> **WORK INSTRUCTION**: Give again, word for word, every line in the entries below from the line with "v -28.806 21.161 0" up to and including the line with "v -30.466 21.407 0", and no other line.

> **EXCERPTED RECORDS**:
____________________

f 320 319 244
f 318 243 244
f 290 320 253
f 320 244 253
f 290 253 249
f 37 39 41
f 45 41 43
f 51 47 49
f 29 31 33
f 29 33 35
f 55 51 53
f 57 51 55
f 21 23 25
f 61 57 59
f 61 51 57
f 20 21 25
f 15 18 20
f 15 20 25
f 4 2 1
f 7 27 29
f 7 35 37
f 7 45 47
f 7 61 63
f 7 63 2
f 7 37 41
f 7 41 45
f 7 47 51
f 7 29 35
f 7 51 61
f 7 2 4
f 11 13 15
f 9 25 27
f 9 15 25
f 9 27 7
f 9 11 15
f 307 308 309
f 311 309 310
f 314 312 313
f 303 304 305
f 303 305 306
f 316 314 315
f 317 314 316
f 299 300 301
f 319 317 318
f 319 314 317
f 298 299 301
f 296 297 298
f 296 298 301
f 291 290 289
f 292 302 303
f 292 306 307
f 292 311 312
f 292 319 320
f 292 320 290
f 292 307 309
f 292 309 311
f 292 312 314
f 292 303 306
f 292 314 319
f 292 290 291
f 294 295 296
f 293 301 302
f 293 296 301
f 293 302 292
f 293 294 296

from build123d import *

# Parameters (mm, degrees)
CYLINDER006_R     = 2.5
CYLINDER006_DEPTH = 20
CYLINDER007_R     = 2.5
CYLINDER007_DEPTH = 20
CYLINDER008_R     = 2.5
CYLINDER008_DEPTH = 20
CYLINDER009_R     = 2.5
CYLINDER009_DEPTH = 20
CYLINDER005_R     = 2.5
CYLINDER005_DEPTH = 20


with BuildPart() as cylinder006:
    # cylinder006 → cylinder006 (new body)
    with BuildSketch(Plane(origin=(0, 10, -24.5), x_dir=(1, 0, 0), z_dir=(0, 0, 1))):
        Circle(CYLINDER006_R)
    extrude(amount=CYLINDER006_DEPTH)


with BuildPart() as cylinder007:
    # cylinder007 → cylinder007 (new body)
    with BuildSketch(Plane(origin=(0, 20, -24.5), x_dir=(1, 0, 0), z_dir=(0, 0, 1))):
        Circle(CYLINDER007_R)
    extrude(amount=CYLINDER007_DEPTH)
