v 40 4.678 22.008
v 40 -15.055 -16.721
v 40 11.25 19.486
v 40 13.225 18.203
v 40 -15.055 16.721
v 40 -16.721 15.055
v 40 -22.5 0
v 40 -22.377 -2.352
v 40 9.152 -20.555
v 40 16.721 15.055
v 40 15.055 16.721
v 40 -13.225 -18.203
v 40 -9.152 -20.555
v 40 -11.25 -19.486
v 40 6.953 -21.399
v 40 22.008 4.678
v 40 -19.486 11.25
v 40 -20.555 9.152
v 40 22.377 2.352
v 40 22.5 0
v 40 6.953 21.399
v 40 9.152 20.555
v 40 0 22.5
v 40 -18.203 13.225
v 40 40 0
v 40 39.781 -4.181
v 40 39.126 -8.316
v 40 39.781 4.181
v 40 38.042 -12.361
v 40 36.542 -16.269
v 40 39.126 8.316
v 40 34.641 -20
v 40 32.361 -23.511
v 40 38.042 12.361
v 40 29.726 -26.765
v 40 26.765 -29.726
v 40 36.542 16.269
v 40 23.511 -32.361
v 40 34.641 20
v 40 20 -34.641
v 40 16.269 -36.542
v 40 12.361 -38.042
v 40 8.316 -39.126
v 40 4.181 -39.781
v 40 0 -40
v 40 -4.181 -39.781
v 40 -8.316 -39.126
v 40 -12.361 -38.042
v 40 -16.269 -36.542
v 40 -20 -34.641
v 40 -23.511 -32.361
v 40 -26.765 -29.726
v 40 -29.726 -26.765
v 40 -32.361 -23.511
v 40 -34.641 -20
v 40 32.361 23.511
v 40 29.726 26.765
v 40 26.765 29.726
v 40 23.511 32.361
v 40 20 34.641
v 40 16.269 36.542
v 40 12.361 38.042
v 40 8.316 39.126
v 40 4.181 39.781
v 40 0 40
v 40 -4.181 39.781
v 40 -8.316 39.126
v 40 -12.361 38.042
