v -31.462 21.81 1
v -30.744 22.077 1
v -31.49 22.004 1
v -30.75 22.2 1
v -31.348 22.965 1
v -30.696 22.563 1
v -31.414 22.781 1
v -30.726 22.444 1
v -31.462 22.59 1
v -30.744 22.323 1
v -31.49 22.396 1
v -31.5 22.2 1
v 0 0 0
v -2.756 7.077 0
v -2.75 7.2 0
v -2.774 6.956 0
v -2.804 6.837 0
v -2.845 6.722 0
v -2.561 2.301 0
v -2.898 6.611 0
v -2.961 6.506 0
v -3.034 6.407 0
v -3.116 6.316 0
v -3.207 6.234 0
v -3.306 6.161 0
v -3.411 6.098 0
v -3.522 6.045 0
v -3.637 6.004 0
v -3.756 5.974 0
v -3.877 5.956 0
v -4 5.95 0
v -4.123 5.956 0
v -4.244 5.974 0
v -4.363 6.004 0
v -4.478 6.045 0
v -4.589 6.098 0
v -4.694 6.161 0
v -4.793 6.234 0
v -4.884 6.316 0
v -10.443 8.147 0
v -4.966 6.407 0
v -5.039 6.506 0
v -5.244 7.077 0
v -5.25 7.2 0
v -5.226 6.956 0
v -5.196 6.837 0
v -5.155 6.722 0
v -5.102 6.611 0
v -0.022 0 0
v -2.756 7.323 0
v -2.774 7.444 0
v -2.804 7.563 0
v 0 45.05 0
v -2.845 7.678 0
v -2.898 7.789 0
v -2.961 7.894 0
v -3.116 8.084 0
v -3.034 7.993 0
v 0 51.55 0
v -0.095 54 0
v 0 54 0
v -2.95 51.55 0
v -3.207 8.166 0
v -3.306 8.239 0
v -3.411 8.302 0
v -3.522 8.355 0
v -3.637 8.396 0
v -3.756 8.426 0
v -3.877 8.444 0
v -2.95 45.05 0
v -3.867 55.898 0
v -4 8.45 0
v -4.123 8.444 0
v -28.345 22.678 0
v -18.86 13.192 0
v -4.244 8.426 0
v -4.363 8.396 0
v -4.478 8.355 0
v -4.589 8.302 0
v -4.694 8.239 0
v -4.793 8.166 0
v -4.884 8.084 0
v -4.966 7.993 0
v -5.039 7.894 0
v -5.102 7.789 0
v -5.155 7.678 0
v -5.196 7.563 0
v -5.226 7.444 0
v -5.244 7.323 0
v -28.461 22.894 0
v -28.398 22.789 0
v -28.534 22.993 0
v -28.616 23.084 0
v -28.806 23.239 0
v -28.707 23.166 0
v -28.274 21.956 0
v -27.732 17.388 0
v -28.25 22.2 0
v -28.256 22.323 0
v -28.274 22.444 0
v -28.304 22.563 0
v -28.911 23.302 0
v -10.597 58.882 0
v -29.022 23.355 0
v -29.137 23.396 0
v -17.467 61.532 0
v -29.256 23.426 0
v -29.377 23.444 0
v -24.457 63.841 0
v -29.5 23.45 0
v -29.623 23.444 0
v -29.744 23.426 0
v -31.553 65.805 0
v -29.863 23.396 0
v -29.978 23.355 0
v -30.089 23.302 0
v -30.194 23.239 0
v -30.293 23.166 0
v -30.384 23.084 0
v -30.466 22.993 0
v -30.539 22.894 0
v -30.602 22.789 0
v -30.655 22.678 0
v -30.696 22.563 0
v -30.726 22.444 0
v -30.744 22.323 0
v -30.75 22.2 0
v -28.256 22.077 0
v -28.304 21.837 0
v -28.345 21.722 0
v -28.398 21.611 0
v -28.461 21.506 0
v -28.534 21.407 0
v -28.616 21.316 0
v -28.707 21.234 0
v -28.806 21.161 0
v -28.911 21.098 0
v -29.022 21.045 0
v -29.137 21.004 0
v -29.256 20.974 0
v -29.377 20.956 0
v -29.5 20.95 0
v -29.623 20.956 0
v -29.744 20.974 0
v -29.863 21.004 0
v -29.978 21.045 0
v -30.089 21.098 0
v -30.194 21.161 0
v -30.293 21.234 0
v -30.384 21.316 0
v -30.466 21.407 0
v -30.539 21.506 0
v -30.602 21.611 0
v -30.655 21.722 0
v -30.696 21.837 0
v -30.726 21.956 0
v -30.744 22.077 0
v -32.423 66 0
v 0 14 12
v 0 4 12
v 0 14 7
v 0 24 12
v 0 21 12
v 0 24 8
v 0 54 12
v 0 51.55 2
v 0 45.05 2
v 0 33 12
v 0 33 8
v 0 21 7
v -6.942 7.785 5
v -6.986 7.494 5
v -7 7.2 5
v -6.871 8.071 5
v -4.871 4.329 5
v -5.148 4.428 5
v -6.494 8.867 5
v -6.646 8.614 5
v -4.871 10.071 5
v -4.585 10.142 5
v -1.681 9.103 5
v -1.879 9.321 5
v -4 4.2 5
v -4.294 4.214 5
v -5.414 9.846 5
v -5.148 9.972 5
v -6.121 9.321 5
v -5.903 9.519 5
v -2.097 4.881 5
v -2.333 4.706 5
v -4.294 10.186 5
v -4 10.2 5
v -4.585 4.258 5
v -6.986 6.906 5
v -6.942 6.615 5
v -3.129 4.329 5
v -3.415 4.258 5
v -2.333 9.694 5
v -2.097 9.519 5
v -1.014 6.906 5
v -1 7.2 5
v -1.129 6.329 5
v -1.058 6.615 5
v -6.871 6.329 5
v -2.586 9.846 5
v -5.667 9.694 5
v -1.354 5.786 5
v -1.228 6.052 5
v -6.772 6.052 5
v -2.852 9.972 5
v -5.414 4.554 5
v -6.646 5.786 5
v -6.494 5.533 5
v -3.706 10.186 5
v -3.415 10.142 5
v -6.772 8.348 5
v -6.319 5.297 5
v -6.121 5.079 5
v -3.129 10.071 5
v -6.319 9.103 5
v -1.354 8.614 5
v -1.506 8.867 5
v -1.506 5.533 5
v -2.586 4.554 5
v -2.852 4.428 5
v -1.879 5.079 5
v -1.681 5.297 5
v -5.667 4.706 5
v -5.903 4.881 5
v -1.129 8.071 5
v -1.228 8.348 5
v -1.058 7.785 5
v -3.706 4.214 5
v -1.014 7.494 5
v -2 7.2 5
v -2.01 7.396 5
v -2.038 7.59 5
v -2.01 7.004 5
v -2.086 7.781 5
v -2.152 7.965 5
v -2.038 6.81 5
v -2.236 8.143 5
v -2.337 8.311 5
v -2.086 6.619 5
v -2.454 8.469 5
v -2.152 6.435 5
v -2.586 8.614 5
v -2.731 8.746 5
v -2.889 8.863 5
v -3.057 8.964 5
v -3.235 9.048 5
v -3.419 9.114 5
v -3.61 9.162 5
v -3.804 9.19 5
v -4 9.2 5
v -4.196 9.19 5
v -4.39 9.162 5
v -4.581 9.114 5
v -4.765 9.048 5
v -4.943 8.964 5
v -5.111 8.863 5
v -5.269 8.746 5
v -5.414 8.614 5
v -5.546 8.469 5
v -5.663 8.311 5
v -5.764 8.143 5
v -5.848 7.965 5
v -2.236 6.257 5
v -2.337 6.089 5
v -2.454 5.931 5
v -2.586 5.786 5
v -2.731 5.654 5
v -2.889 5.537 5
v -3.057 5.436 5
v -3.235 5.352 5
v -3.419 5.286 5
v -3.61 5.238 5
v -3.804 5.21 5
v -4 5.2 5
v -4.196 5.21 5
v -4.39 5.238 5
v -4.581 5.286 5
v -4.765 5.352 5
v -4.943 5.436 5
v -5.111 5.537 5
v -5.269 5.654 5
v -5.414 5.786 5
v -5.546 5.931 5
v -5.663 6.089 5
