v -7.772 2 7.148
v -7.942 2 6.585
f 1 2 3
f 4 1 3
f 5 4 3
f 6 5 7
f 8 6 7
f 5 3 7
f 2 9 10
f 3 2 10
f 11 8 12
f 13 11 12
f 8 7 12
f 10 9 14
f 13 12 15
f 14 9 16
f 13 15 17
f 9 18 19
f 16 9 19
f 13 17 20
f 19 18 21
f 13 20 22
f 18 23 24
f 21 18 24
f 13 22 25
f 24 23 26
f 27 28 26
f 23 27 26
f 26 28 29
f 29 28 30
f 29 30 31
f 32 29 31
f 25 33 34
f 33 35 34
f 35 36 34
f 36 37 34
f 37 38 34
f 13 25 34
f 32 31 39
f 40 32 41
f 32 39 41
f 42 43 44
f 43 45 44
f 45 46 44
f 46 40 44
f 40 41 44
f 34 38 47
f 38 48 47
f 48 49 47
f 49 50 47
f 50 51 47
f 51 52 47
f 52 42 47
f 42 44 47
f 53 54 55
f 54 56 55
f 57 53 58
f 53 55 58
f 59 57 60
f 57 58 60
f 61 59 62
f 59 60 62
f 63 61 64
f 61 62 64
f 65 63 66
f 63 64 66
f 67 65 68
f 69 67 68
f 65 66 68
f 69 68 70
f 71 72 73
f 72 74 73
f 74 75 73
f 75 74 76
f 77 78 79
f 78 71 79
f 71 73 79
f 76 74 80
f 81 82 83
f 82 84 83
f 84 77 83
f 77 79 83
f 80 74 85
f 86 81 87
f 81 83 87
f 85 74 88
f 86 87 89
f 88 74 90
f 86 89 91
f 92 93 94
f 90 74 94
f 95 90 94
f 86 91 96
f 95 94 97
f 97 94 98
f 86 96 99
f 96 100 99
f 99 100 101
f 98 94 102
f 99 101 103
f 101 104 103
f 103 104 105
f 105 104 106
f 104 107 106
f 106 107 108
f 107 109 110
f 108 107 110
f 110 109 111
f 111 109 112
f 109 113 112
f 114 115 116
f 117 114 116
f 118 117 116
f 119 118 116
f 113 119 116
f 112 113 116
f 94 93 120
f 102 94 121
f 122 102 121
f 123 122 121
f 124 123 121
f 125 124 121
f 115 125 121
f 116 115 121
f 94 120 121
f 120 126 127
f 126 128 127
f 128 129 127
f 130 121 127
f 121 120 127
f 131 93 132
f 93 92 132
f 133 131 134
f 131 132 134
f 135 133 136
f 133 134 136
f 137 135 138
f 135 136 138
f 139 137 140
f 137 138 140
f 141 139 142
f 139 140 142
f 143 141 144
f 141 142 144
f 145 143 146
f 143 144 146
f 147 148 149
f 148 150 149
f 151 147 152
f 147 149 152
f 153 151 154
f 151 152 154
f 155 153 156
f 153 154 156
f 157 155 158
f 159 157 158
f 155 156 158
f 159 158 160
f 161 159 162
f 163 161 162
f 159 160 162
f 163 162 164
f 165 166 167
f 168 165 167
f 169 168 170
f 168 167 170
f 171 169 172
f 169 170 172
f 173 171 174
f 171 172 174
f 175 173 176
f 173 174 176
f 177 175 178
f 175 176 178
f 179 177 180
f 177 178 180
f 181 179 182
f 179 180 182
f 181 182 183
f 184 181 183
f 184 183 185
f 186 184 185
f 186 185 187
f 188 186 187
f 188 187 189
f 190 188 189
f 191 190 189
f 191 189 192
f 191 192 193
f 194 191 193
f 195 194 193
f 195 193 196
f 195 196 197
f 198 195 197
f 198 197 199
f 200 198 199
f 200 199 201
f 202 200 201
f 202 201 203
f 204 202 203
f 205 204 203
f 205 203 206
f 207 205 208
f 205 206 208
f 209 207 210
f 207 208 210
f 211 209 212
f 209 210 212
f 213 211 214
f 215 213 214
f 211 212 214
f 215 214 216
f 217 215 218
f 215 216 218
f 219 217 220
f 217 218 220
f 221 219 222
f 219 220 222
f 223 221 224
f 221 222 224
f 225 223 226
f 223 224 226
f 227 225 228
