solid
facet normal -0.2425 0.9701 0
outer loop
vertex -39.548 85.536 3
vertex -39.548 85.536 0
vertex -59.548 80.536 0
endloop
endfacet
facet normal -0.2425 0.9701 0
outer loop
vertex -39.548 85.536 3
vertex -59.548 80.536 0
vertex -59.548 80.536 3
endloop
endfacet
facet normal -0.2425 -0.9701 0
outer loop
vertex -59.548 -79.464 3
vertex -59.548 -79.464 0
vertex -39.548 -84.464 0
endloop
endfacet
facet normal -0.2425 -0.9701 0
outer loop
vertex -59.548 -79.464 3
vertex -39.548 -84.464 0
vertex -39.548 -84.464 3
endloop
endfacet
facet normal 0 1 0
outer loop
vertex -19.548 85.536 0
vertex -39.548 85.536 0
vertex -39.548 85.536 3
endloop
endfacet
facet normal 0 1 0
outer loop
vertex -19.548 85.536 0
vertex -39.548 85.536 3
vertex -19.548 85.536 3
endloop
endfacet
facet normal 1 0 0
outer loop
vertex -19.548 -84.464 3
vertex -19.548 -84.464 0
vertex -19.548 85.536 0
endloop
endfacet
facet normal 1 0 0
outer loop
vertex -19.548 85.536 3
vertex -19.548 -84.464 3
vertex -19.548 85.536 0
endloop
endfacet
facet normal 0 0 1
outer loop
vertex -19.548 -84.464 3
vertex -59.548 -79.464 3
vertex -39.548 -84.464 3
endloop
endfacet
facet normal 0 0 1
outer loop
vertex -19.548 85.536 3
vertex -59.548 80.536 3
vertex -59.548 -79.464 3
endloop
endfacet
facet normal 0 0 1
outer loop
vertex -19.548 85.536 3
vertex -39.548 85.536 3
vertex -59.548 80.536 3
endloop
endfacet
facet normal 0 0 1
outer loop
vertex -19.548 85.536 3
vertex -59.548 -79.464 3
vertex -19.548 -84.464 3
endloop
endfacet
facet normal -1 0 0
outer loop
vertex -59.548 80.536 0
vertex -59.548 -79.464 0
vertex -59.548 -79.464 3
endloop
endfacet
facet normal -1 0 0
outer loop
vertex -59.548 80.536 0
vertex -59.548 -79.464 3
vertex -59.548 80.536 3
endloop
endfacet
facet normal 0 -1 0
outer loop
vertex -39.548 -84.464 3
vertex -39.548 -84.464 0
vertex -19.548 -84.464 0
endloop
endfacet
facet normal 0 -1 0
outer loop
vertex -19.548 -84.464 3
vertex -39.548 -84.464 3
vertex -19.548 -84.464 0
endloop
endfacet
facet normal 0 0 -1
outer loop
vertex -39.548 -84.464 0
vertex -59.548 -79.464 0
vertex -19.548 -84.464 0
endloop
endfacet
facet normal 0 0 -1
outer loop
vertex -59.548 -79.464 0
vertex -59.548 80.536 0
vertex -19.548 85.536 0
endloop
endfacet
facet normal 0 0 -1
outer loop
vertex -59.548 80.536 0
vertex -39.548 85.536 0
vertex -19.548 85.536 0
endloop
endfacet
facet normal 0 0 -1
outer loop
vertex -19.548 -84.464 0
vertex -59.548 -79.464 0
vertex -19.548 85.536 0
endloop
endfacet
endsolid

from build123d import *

# Parameters (mm, degrees)
F0_W     = 40
F0_H     = 170
F1_DEPTH = 3
F2_SIZE2 = 5
F2_SIZE  = 20
F3_SIZE2 = 20
F3_SIZE  = 5


with BuildPart() as f1:
    # F0 (on Top) → F1 (new body)
    with BuildSketch(Plane.XY):
        with Locations((-39.5484667792, 0.5357116461)):
            Rectangle(F0_W, F0_H)
    extrude(amount=F1_DEPTH)

    # F2
    f2_edges = [f1.edges().sort_by_distance(p)[0] for p in [
        (-59.548467, -84.464288, 1.5),
    ]]
    f2_side = f1.faces().sort_by_distance((-39.548467, -84.464288, 1.5))[0]
    chamfer(f2_edges, length=F2_SIZE, length2=F2_SIZE2, reference=f2_side)

    # F3
    f3_edges = [f1.edges().sort_by_distance(p)[0] for p in [
        (-59.548467, 85.535712, 1.5),
    ]]
    f3_side = f1.faces().sort_by_distance((-59.548467, 3.035712, 1.5))[0]
    chamfer(f3_edges, length=F3_SIZE, length2=F3_SIZE2, reference=f3_side)


solid = f1.part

____________________

> **RESULT BELOW**:
v -28.806 21.161 0
v -28.911 21.098 0
v -29.022 21.045 0
v -29.137 21.004 0
v -29.256 20.974 0
v -29.377 20.956 0
v -29.5 20.95 0
v -29.623 20.956 0
v -29.744 20.974 0
v -29.863 21.004 0
v -29.978 21.045 0
v -30.089 21.098 0
v -30.194 21.161 0
v -30.293 21.234 0
v -30.384 21.316 0
v -30.466 21.407 0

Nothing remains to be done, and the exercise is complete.